Rating: Summary: Extremely Well Written Guide to e-Business Review: Ravi Kalakota and Marcia Robinson are e-commerce experts who understand the strategic evolution of the enterprise towards e-business. In e-Business: Roadmap for Success Ravi and Marcia strip the hype off electronic commerce and show managers how to address the organizational challenges that need to be managed as a result of this emerging business model and provide a framework for mastering a successful migration. This book includes real world information on strategies that web savvy companies, including Amazon.com and Cisco, have employed to succeed in smoothly transitioning to this emerging business model. This book is a must read for any manager interested in implementing an e-business initiative.
Rating: Summary: e-Business is different from e-commerce Review: This is the first book that clearly states how e-business is different from e-commerce. Most "e" writers don't seem to understand the difference. e-Business is the transition from a traditional IT infrastructure into a complex set of integrated "inter-locking" application frameworks such as ERP, SCM, CRM, ORM, EAI, e-Sales etc. Most companies are making their investments in these frameworks. e-Commerce may be the cause, but investments in integrated apps is clearly where the action is, at least for the next two years. I must praise the authors for seeing this trend years ago, for it takes at least two years from concept to publication. Only today is the mainstream market getting this key idea: e-commerce is just the tip of iceberg (10%), e-business is the hidden portion of the iceberg (90%). Dr. Kalakota does seem to have a knack for spotting key trends quickly. His 1995 Frontiers book was way ahead of its time.

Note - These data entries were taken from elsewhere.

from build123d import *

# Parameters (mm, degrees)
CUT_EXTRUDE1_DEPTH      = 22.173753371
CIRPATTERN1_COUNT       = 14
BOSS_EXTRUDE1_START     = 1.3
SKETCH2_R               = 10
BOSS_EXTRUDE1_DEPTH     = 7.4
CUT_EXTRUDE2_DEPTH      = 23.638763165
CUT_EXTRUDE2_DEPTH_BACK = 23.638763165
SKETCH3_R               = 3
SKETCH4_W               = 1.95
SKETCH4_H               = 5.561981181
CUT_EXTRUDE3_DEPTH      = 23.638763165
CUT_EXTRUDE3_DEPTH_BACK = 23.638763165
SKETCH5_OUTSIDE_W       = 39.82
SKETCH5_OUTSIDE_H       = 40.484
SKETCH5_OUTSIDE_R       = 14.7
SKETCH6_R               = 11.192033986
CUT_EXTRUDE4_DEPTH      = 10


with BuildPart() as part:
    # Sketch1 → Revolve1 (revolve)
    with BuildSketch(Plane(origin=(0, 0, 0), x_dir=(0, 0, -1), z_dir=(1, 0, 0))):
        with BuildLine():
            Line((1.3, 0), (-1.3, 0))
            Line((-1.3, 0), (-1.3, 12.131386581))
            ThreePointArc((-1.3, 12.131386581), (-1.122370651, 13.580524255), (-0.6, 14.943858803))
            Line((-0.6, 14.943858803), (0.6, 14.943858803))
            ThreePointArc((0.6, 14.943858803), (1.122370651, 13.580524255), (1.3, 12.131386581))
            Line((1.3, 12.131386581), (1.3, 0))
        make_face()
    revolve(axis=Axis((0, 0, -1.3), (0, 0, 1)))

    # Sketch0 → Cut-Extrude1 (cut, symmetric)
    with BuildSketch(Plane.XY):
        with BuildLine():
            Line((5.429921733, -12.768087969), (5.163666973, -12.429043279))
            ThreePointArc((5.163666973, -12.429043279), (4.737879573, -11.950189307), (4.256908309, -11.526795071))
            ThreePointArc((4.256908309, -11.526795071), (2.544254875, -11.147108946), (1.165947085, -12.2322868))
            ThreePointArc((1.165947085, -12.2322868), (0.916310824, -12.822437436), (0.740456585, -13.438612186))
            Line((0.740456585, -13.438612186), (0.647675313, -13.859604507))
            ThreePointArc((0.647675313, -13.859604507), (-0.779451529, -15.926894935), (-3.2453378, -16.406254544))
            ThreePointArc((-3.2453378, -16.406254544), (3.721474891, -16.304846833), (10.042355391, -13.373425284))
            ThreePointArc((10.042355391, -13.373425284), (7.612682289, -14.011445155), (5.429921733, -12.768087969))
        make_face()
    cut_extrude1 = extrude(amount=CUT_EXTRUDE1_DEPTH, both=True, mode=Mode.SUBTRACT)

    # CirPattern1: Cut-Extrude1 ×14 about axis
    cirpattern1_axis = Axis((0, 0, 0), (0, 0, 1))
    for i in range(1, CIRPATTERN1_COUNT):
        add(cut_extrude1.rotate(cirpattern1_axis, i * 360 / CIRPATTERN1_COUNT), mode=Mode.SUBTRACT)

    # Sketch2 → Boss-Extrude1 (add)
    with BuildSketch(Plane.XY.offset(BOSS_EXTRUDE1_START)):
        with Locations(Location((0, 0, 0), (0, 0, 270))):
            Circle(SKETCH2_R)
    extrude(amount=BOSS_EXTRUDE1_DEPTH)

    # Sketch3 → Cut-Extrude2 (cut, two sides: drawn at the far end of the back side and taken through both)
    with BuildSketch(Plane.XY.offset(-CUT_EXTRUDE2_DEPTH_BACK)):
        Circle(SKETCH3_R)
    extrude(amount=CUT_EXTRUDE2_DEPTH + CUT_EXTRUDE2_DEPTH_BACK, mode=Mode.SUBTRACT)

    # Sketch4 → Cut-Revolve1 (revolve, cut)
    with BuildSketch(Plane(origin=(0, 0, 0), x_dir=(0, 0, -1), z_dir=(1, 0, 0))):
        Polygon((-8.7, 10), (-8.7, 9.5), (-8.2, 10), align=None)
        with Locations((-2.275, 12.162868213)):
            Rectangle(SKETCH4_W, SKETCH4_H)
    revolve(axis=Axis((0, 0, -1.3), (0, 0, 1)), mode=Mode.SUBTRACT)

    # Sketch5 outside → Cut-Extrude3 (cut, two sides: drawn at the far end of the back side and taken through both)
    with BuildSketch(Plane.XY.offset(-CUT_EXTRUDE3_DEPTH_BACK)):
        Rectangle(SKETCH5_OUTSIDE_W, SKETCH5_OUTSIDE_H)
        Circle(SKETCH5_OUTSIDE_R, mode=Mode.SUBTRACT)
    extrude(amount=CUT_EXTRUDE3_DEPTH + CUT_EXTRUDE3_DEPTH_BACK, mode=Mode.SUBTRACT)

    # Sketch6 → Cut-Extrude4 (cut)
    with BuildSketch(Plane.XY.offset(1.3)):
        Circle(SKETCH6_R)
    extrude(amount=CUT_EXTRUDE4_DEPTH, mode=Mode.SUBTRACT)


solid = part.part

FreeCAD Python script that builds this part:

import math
import FreeCAD as App
import Part
import Sketcher
Q = App.Units.Quantity


def add_polygon(sketch, points):
    """Adds a closed chain of lines whose ends are joined by coincident constraints."""
    first, n = sketch.GeometryCount, len(points)
    for a, b in zip(points, points[1:] + points[:1]):
        sketch.addGeometry(Part.LineSegment(App.Vector(*a, 0), App.Vector(*b, 0)), False)
    for i in range(n):
        sketch.addConstraint(Sketcher.Constraint("Coincident", first + i, 2, first + (i + 1) % n, 1))

doc = App.newDocument("Part")
body = doc.addObject("PartDesign::Body", "Body")

sketch1 = body.newObject("Sketcher::SketchObject", "Sketch")
sketch1.AttachmentSupport = (doc.getObject("YZ_Plane"), [""])
sketch1.MapMode = "FlatFace"
sketch1.addGeometry([
    Part.LineSegment(App.Vector(0, 1.3, 0), App.Vector(0, -1.3, 0)),
    Part.LineSegment(App.Vector(0, -1.3, 0), App.Vector(12.1, -1.3, 0)),
    Part.ArcOfCircle(Part.Circle(App.Vector(12.1, 4.7, 0), App.Vector(0, 0, 1), 6), math.radians(-90), math.radians(-62)),
    Part.LineSegment(App.Vector(14.9, -0.6, 0), App.Vector(14.9, 0.6, 0)),
    Part.ArcOfCircle(Part.Circle(App.Vector(12.1, -4.7, 0), App.Vector(0, 0, 1), 6), math.radians(62), math.radians(90)),
    Part.LineSegment(App.Vector(12.1, 1.3, 0), App.Vector(0, 1.3, 0)),
], False)
sketch1.addConstraint([
    Sketcher.Constraint("Coincident", 0, 2, 1, 1),
    Sketcher.Constraint("Tangent", 1, 2, 2, 1),
    Sketcher.Constraint("Coincident", 2, 2, 3, 1),
    Sketcher.Constraint("Coincident", 3, 2, 4, 1),
    Sketcher.Constraint("Tangent", 4, 2, 5, 1),
    Sketcher.Constraint("Coincident", 5, 2, 0, 1),
    Sketcher.Constraint("Vertical", 0),
    Sketcher.Constraint("Horizontal", 1),
    Sketcher.Constraint("Vertical", 3),
    Sketcher.Constraint("Horizontal", 5),
    Sketcher.Constraint("Equal", 2, 4),
    Sketcher.Constraint("Symmetric", 0, 2, 5, 2, -1, 1),
    Sketcher.Constraint("Vertical", 2, 3, 4, 3),
    Sketcher.Constraint("Radius", 2, Q("6 mm")),
    Sketcher.Constraint("DistanceY", 0, 2, 0, 1, Q("2.6 mm")),
    Sketcher.Constraint("DistanceY", 3, 1, 3, 2, Q("1.2 mm")),
    Sketcher.Constraint("DistanceX", 1, 1, 1, 2, Q("12.131387 mm")),
])
revolution = body.newObject("PartDesign::Revolution", "Revolution")
revolution.Profile = sketch1
revolution.ReferenceAxis = (sketch1, ["V_Axis"])
revolution.Angle = 360

sketch2 = body.newObject("Sketcher::SketchObject", "Sketch001")
sketch2.AttachmentSupport = (doc.getObject("XY_Plane"), [""])
sketch2.MapMode = "FlatFace"
sketch2.addGeometry([
    Part.LineSegment(App.Vector(5.43, -12.77, 0), App.Vector(5.16, -12.43, 0)),
    Part.ArcOfCircle(Part.Circle(App.Vector(1.04, -15.67, 0), App.Vector(0, 0, 1), 5.25), math.radians(38.14), math.radians(52.14)),
    Part.ArcOfCircle(Part.Circle(App.Vector(3, -13.14, 0), App.Vector(0, 0, 1), 2.05), math.radians(52), math.radians(154)),
    Part.ArcOfCircle(Part.Circle(App.Vector(5.87, -14.57, 0), App.Vector(0, 0, 1), 5.25), math.radians(153.57), math.radians(167.57)),
    Part.LineSegment(App.Vector(0.74, -13.44, 0), App.Vector(0.65, -13.86, 0)),
    Part.ArcOfCircle(Part.Circle(App.Vector(-2.6, -13.14, 0), App.Vector(0, 0, 1), 3.33), math.radians(-101), math.radians(-12)),
    Part.ArcOfCircle(Part.Circle(App.Vector(0, 0, 0), App.Vector(0, 0, 1), 16.72), math.radians(-101), math.radians(-53)),
    Part.ArcOfCircle(Part.Circle(App.Vector(8.05, -10.71, 0), App.Vector(0, 0, 1), 3.33), math.radians(-142), math.radians(-53)),
], False)
sketch2.addConstraint([
    Sketcher.Constraint("Tangent", 0, 2, 1, 1),
    Sketcher.Constraint("Tangent", 1, 2, 2, 1),
    Sketcher.Constraint("Tangent", 2, 2, 3, 1),
    Sketcher.Constraint("Tangent", 3, 2, 4, 1),
    Sketcher.Constraint("Tangent", 4, 2, 5, 2),
    Sketcher.Constraint("Tangent", 5, 1, 6, 1),
    Sketcher.Constraint("Tangent", 6, 2, 7, 2),
    Sketcher.Constraint("Tangent", 7, 1, 0, 1),
    Sketcher.Constraint("Coincident", 6, 3, -1, 1),
    Sketcher.Constraint("Equal", 1, 3),
    Sketcher.Constraint("Equal", 5, 7),
    Sketcher.Constraint("Horizontal", 2, 3, 5, 3),
    Sketcher.Constraint("Equal", 0, 4),
    Sketcher.Constraint("DistanceX", -1, 1, 2, 3, Q("3 mm")),
    Sketcher.Constraint("DistanceX", 5, 3, -1, 1, Q("2.6 mm")),
    Sketcher.Constraint("Radius", 1, Q("5.2481 mm")),
    Sketcher.Constraint("Radius", 2, Q("2.0481 mm")),
    Sketcher.Constraint("Radius", 5, Q("3.325611 mm")),
    Sketcher.Constraint("Radius", 6, Q("16.724156 mm")),
    Sketcher.Constraint("DistanceX", 0, 2, 3, 3, Q("0.701901 mm")),
    Sketcher.Constraint("DistanceX", 4, 2, 1, 3, Q("0.388501 mm")),
])
pocket1 = body.newObject("PartDesign::Pocket", "Pocket")
pocket1.Profile = sketch2
pocket1.Length = 44.347507
pocket1.Midplane = True
doc.recompute()

polarpattern = body.newObject("PartDesign::PolarPattern", "PolarPattern")
polarpattern.Originals = [pocket1]
polarpattern.Axis = (doc.getObject("Z_Axis"), [""])
polarpattern.Angle = 360
polarpattern.Occurrences = 14
body.Tip = polarpattern

sketch3 = body.newObject("Sketcher::SketchObject", "Sketch002")
sketch3.AttachmentSupport = (doc.getObject("XY_Plane"), [""])
sketch3.MapMode = "FlatFace"
sketch3.AttachmentOffset = App.Placement(App.Vector(0, 0, 1.3), App.Rotation())
sketch3.addGeometry(Part.Circle(App.Vector(0, 0, 0), App.Vector(0, 0, 1), 10), False)
sketch3.addConstraint([
    Sketcher.Constraint("Coincident", 0, 3, -1, 1),
    Sketcher.Constraint("Diameter", 0, Q("20 mm")),
])
pad1 = body.newObject("PartDesign::Pad", "Pad")
pad1.Profile = sketch3
pad1.Length = 7.4

sketch4 = body.newObject("Sketcher::SketchObject", "Sketch003")
sketch4.AttachmentSupport = (doc.getObject("XY_Plane"), [""])
sketch4.MapMode = "FlatFace"
sketch4.addGeometry(Part.Circle(App.Vector(0, 0, 0), App.Vector(0, 0, 1), 3), False)
sketch4.addConstraint([
    Sketcher.Constraint("Coincident", 0, 3, -1, 1),
    Sketcher.Constraint("Diameter", 0, Q("6 mm")),
])
pocket2 = body.newObject("PartDesign::Pocket", "Pocket001")
pocket2.Profile = sketch4
pocket2.Type = "ThroughAll"
pocket2.Midplane = True

sketch5 = body.newObject("Sketcher::SketchObject", "Sketch004")
sketch5.AttachmentSupport = (doc.getObject("YZ_Plane"), [""])
sketch5.MapMode = "FlatFace"
add_polygon(sketch5, [(10, 8.7), (9.5, 8.7), (10, 8.2)])
add_polygon(sketch5, [(14.9, 3.2), (9.4, 3.2), (9.4, 1.3), (14.9, 1.3)])
sketch5.addConstraint([
    Sketcher.Constraint("Horizontal", 0),
    Sketcher.Constraint("Vertical", 2),
    Sketcher.Constraint("Horizontal", 3),
    Sketcher.Constraint("Vertical", 4),
    Sketcher.Constraint("Horizontal", 5),
    Sketcher.Constraint("Vertical", 6),
    Sketcher.Constraint("Equal", 0, 2),
    Sketcher.Constraint("DistanceX", 0, 2, 0, 1, Q("0.5 mm")),
    Sketcher.Constraint("DistanceX", -1, 1, 1, 2, Q("10 mm")),
    Sketcher.Constraint("DistanceY", 4, 2, 4, 1, Q("1.95 mm")),
    Sketcher.Constraint("DistanceY", -1, 1, 0, 2, Q("8.7 mm")),
    Sketcher.Constraint("DistanceY", -1, 1, 4, 2, Q("1.3 mm")),
    Sketcher.Constraint("DistanceX", 3, 2, 3, 1, Q("5.561981 mm")),
    Sketcher.Constraint("DistanceX", -1, 1, 5, 2, Q("14.943859 mm")),
])
groove = body.newObject("PartDesign::Groove", "Groove")
groove.Profile = sketch5
groove.ReferenceAxis = (sketch5, ["V_Axis"])
groove.Angle = 360

sketch6 = body.newObject("Sketcher::SketchObject", "Sketch005")
sketch6.AttachmentSupport = (doc.getObject("XY_Plane"), [""])
sketch6.MapMode = "FlatFace"
add_polygon(sketch6, [(-20, 20), (-20, -20), (20, -20), (20, 20)])
sketch6.addGeometry(Part.Circle(App.Vector(0, 0, 0), App.Vector(0, 0, 1), 15), False)
sketch6.addConstraint([
    Sketcher.Constraint("Vertical", 0),
    Sketcher.Constraint("Horizontal", 1),
    Sketcher.Constraint("Vertical", 2),
    Sketcher.Constraint("Horizontal", 3),
    Sketcher.Constraint("Coincident", 4, 3, -1, 1),
    Sketcher.Constraint("Symmetric", 0, 2, 2, 2, -1, 1),
    Sketcher.Constraint("Diameter", 4, Q("29.4 mm")),
    Sketcher.Constraint("DistanceX", 1, 1, 1, 2, Q("39.82 mm")),
    Sketcher.Constraint("DistanceY", 0, 2, 0, 1, Q("40.484 mm")),
])
pocket3 = body.newObject("PartDesign::Pocket", "Pocket002")
pocket3.Profile = sketch6
pocket3.Type = "ThroughAll"
pocket3.Midplane = True

sketch7 = body.newObject("Sketcher::SketchObject", "Sketch006")
sketch7.AttachmentSupport = (doc.getObject("XY_Plane"), [""])
sketch7.MapMode = "FlatFace"
sketch7.AttachmentOffset = App.Placement(App.Vector(0, 0, 1.3), App.Rotation())
sketch7.addGeometry(Part.Circle(App.Vector(0, 0, 0), App.Vector(0, 0, 1), 11), False)
sketch7.addConstraint([
    Sketcher.Constraint("Coincident", 0, 3, -1, 1),
    Sketcher.Constraint("Diameter", 0, Q("22.384068 mm")),
])
pocket4 = body.newObject("PartDesign::Pocket", "Pocket003")
pocket4.Profile = sketch7
pocket4.Length = 10
pocket4.Reversed = True

doc.recompute()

Rating: Summary: Very insightful Review: I really liked this book. I am doing an MBA at the moment in the Michael Smurfit Business School and was trying to get an example for an eBusiness Model. The choice in the end came between Weil's Book 'Place and Space' and Kalakota's, but, there was no choice. Even though I have the greatest respect for Weil. Kalakota was pragmatic. At first as I staggered through the earlier chapters I thought, 'Hello' ... have you heard of dot.con ( we are talking about techie stuff...)and then it clicked , literally , this guy , or should I say lady and gent, have it all sussed. All eBusiness models should be based on sound business principles. 'e' has changed the principles but it is still the same message. Incorporate and get on with it. That's the message and do it as soon as possible. That's the reality! Business has not changed, just the tools, and the speed ...But beware once you do it, you have to keep on doing it, to come out on tops, it'a a reiterative cycle, OK babe...
Rating: Summary: A good text, a powerful understanding. Review: I read this for as a text for a course in ECommerce and I enjoyed the candid dialogue that the author used in this book. The examples and ideas are not outdated. Not a how to book, but more of a these are the main business concepts and opportunities you can benefit from, book. Really enjoyed it.